Again, if I utilize a standard web browser obviously such a query works , and likewise if I utilize the URL class provided with java, it works. I really don't understand this.
The main issue is that many websites are virtually served. By this it is meant that multiple internet names such as www.fictitiousName1 and www.fictitiousName2 can be mapped to a single physical computer which only has a single numerical ip address in the form of number1.number2.number3.number4 where "number" is between 0-255.
It seem to me the HTTP/1.1 relies on the "Host: " header to map the URL the client requests to the virtually hosted location on the server with its single physical ip address.
The mistake I made, which lead to the varying symptoms described above, is that my client sent in its header to the server under the "Host: " portion of the header, the ip address which is a number.
So after my GET line, I had a line in the header such as:
Host: number1.number2.number3.number4
If my client had been written correctly, it would have sent the words of the URL's website name, such as www.fictitiousName1.com instead of that website name translated to its numeric ip address.

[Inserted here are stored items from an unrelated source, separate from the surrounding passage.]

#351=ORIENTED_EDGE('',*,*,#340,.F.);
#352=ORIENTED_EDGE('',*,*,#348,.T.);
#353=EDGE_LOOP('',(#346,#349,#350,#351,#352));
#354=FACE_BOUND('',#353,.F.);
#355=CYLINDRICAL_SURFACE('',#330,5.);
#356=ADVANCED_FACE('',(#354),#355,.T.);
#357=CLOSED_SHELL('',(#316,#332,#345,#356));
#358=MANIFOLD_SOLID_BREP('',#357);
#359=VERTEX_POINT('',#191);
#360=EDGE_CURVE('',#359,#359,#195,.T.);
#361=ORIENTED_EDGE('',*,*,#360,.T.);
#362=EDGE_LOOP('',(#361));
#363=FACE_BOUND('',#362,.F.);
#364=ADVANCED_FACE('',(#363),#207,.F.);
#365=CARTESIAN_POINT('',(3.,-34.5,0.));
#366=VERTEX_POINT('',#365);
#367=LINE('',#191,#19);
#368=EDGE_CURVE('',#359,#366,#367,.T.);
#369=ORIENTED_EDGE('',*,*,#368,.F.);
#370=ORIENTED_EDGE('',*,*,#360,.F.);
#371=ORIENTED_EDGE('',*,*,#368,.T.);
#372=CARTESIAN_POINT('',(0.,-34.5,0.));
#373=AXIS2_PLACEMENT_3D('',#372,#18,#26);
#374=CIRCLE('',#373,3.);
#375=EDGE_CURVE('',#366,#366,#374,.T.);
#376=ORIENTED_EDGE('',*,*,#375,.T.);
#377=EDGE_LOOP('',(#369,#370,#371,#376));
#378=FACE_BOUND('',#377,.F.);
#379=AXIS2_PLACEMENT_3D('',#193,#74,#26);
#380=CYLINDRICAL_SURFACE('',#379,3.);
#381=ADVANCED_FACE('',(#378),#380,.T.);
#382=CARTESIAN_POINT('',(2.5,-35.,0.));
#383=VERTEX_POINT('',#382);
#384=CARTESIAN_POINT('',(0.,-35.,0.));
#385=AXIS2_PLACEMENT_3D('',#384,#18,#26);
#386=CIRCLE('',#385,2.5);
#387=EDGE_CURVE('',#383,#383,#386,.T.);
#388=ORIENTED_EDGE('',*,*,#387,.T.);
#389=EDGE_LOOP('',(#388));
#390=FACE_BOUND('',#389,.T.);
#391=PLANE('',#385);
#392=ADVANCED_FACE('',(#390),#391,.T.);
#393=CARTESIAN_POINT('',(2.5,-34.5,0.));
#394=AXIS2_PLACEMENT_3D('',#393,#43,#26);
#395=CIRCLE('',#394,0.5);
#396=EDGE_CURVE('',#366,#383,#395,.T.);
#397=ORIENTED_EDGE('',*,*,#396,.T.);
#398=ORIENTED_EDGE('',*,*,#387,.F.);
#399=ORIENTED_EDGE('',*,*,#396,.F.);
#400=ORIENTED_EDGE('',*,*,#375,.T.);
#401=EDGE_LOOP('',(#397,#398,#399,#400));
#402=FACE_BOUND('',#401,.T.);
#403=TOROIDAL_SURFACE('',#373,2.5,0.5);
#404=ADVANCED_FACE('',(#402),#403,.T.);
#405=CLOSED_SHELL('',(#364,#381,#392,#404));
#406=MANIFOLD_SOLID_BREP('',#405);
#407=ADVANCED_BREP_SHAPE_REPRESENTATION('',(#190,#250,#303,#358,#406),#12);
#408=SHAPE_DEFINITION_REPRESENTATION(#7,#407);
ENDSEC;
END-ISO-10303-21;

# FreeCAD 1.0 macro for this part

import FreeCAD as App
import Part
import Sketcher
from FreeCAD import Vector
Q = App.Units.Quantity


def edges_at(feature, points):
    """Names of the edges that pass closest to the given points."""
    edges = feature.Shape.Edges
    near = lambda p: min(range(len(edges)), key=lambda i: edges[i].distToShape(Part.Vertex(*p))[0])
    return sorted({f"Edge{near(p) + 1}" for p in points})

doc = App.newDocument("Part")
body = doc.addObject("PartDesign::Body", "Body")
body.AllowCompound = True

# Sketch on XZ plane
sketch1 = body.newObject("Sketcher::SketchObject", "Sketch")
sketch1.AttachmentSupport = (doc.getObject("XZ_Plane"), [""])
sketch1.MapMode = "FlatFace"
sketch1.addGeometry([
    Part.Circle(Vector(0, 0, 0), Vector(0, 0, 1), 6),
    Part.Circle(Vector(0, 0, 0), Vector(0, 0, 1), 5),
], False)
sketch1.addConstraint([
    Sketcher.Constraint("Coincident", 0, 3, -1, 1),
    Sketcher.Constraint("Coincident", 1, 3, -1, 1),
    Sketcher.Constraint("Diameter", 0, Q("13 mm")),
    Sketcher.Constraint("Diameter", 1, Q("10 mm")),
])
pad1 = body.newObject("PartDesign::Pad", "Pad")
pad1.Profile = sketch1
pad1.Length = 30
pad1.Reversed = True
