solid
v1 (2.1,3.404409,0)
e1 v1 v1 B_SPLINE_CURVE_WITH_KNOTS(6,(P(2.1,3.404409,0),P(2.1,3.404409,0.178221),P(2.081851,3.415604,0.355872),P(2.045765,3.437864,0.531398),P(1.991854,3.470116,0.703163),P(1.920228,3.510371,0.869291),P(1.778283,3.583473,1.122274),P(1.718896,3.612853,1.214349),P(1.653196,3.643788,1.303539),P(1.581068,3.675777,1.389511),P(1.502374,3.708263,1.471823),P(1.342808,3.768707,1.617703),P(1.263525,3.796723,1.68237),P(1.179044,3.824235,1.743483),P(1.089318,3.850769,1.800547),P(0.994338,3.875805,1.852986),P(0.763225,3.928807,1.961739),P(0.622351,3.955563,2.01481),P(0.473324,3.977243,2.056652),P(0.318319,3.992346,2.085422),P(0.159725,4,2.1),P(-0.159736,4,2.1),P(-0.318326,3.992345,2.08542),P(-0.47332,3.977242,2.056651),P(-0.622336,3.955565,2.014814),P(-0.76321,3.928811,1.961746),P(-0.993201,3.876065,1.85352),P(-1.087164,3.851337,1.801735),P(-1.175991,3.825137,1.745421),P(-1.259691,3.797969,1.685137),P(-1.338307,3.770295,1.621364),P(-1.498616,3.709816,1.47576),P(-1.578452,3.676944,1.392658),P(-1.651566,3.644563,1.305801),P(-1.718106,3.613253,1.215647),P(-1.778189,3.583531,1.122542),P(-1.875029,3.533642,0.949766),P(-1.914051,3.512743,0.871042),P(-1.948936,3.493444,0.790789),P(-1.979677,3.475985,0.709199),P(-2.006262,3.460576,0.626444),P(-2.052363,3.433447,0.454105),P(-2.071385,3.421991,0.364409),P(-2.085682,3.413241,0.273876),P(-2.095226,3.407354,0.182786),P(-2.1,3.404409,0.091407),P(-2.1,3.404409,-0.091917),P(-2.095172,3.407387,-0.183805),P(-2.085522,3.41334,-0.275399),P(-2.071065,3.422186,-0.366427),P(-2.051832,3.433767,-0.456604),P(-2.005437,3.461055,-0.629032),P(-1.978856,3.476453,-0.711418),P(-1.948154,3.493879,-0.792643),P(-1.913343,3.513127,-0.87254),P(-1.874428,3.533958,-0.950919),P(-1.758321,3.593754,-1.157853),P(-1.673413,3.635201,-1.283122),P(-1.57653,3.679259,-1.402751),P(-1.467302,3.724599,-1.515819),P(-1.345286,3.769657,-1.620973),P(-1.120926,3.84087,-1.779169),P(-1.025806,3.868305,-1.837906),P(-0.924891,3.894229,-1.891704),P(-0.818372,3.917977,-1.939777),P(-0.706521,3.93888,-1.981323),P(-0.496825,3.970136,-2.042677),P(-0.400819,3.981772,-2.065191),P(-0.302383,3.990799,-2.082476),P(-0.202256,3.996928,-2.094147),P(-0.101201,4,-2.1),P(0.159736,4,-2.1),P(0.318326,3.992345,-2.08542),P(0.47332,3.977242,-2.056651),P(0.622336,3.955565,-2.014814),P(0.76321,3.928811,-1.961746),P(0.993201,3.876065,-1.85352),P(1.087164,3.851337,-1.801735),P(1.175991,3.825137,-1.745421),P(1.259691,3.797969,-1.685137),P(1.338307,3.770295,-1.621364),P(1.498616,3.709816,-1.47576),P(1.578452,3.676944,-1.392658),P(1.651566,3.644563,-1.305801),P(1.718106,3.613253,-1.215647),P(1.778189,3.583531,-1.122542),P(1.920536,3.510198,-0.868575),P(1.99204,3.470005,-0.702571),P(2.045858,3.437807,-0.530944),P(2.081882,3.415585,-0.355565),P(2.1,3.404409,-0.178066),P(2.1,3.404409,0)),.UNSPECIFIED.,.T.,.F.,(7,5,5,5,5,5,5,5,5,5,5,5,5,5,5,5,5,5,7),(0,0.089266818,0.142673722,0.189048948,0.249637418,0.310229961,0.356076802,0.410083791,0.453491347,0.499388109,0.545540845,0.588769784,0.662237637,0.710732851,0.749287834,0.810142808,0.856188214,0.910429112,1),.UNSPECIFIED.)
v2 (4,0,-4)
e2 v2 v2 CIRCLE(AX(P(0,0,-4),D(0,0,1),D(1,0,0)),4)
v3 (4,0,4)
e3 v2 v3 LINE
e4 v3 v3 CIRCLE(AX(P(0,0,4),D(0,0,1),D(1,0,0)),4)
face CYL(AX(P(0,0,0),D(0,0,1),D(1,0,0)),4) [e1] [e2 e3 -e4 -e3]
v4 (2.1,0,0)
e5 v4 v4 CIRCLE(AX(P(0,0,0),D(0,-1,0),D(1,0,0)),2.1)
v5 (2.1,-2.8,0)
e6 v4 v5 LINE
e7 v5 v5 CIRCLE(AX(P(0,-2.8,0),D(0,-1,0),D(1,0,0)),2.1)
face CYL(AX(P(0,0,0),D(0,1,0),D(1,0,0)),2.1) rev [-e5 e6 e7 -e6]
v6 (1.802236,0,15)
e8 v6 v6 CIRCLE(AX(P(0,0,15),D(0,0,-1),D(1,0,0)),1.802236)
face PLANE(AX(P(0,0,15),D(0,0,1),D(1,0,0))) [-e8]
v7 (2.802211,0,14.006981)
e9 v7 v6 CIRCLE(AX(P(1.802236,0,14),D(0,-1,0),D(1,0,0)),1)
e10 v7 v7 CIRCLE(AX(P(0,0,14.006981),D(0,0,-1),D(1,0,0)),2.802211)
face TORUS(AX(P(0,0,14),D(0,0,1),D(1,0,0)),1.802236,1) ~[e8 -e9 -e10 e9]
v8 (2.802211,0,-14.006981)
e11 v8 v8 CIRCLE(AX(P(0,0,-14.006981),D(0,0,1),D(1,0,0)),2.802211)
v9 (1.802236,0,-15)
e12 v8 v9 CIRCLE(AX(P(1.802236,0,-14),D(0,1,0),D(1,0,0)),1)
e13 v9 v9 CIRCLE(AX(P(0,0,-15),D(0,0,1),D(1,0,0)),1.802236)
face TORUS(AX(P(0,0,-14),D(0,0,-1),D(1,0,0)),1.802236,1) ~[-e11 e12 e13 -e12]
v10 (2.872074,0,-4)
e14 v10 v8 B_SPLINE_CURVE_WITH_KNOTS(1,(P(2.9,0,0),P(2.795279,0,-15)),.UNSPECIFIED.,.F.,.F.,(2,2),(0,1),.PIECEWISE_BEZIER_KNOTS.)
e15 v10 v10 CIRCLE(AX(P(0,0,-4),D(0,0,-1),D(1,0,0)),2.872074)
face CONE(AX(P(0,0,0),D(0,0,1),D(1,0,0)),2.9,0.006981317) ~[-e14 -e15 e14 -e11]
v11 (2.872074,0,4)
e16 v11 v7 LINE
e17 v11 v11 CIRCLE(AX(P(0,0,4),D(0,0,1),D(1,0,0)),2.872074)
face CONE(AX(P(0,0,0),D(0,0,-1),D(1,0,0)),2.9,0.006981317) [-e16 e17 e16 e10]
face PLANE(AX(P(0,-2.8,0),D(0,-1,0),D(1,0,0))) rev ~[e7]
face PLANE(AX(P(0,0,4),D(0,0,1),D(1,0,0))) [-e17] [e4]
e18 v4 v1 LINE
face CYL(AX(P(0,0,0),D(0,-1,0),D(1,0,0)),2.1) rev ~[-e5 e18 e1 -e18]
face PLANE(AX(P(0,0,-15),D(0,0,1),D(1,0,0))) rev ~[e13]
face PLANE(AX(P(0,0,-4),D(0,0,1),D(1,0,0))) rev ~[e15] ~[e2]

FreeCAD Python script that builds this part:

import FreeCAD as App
import Part
import Sketcher
Q = App.Units.Quantity


def edges_at(feature, points):
    """Names of the edges that pass closest to the given points."""
    edges = feature.Shape.Edges
    near = lambda p: min(range(len(edges)), key=lambda i: edges[i].distToShape(Part.Vertex(*p))[0])
    return sorted({f"Edge{near(p) + 1}" for p in points})

doc = App.newDocument("Part")
body = doc.addObject("PartDesign::Body", "Body")

# Sketch on XY plane
sketch1 = body.newObject("Sketcher::SketchObject", "Sketch")
sketch1.AttachmentSupport = (doc.getObject("XY_Plane"), [""])
sketch1.MapMode = "FlatFace"
sketch1.addGeometry(Part.Circle(App.Vector(0, 0, 0), App.Vector(0, 0, 1), 2.9), False)
sketch1.addConstraint([
    Sketcher.Constraint("Coincident", 0, 3, -1, 1),
    Sketcher.Constraint("Diameter", 0, Q("5.8 mm")),
])
pad1 = body.newObject("PartDesign::Pad", "Pad")
pad1.Profile = sketch1
pad1.Length = 15
pad1.TaperAngle = -0.4

# Sketch on XY plane
sketch2 = body.newObject("Sketcher::SketchObject", "Sketch001")
sketch2.AttachmentSupport = (doc.getObject("XY_Plane"), [""])
sketch2.MapMode = "FlatFace"
sketch2.addGeometry(Part.Circle(App.Vector(0, 0, 0), App.Vector(0, 0, 1), 2.9), False)
sketch2.addConstraint([
    Sketcher.Constraint("Coincident", 0, 3, -1, 1),
    Sketcher.Constraint("Diameter", 0, Q("5.8 mm")),
])
pad2 = body.newObject("PartDesign::Pad", "Pad001")
pad2.Profile = sketch2
pad2.Length = 15
pad2.Reversed = True
pad2.TaperAngle = -0.4

# Sketch on XY plane
sketch3 = body.newObject("Sketcher::SketchObject", "Sketch002")
sketch3.AttachmentSupport = (doc.getObject("XY_Plane"), [""])
sketch3.MapMode = "FlatFace"
sketch3.addGeometry(Part.Circle(App.Vector(0, 0, 0), App.Vector(0, 0, 1), 4), False)
sketch3.addConstraint([
    Sketcher.Constraint("Coincident", 0, 3, -1, 1),
    Sketcher.Constraint("Diameter", 0, Q("8 mm")),
])
pad3 = body.newObject("PartDesign::Pad", "Pad002")
pad3.Profile = sketch3
pad3.Length = 4

# Sketch on XY plane
sketch4 = body.newObject("Sketcher::SketchObject", "Sketch003")
sketch4.AttachmentSupport = (doc.getObject("XY_Plane"), [""])
sketch4.MapMode = "FlatFace"
sketch4.addGeometry(Part.Circle(App.Vector(0, 0, 0), App.Vector(0, 0, 1), 4), False)
sketch4.addConstraint([
    Sketcher.Constraint("Coincident", 0, 3, -1, 1),
    Sketcher.Constraint("Diameter", 0, Q("8 mm")),
])
pad4 = body.newObject("PartDesign::Pad", "Pad003")
pad4.Profile = sketch4
pad4.Length = 4
pad4.Reversed = True
doc.recompute()

fillet = body.newObject("PartDesign::Fillet", "Fillet")
fillet.Base = (pad4, edges_at(pad4, [(-2.795, 0, 15), (-2.795, 0, -15)]))
fillet.Radius = 1

# Sketch on XZ plane
sketch5 = body.newObject("Sketcher::SketchObject", "Sketch004")
sketch5.AttachmentSupport = (doc.getObject("XZ_Plane"), [""])
sketch5.MapMode = "FlatFace"
sketch5.addGeometry(Part.Circle(App.Vector(0, 0, 0), App.Vector(0, 0, 1), 2.1), False)
sketch5.addConstraint([
    Sketcher.Constraint("Coincident", 0, 3, -1, 1),
    Sketcher.Constraint("Diameter", 0, Q("4.2 mm")),
])
pocket1 = body.newObject("PartDesign::Pocket", "Pocket")
pocket1.Profile = sketch5
pocket1.Length = 4.2

# Sketch on XZ plane
sketch6 = body.newObject("Sketcher::SketchObject", "Sketch005")
sketch6.AttachmentSupport = (doc.getObject("XZ_Plane"), [""])
sketch6.MapMode = "FlatFace"
sketch6.addGeometry(Part.Circle(App.Vector(0, 0, 0), App.Vector(0, 0, 1), 2.1), False)
sketch6.addConstraint([
    Sketcher.Constraint("Coincident", 0, 3, -1, 1),
    Sketcher.Constraint("Diameter", 0, Q("4.2 mm")),
])
pocket2 = body.newObject("PartDesign::Pocket", "Pocket001")
pocket2.Profile = sketch6
pocket2.Length = 2.8
pocket2.Reversed = True

doc.recompute()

I should have had the line written as:
Host: www.fictitiousName1.com
Since my program incorrectly sent the numeric ip address, the server could not map the virtually hosted website, and serve up the appropriate page back to the client. This explains all the varying behavior. It seems a virtually hosted websites' server relies on the "Host: " header to react appropriately to client
request for a page.
Thanks lazydog for the exact examples.
Such a complexity of behavior exhibited by such a mistake.....
"Location: "?
So I guess if I understand correctly , "Location: " would list the new location . And I would create a header with the clients "Host: " line in the header containing the info from the "Location: "?
______________
Back to my original problem, when I did ever receive the 302 message and maybe an accompanying Location: header, well that new Location would just be some garbage because it never understood my original request because my client never appropriately filled out the "Host: " header line. So the redirection was meaningless. There was nothing appropriate to follow. The issue was not that the original page got moved anywhere.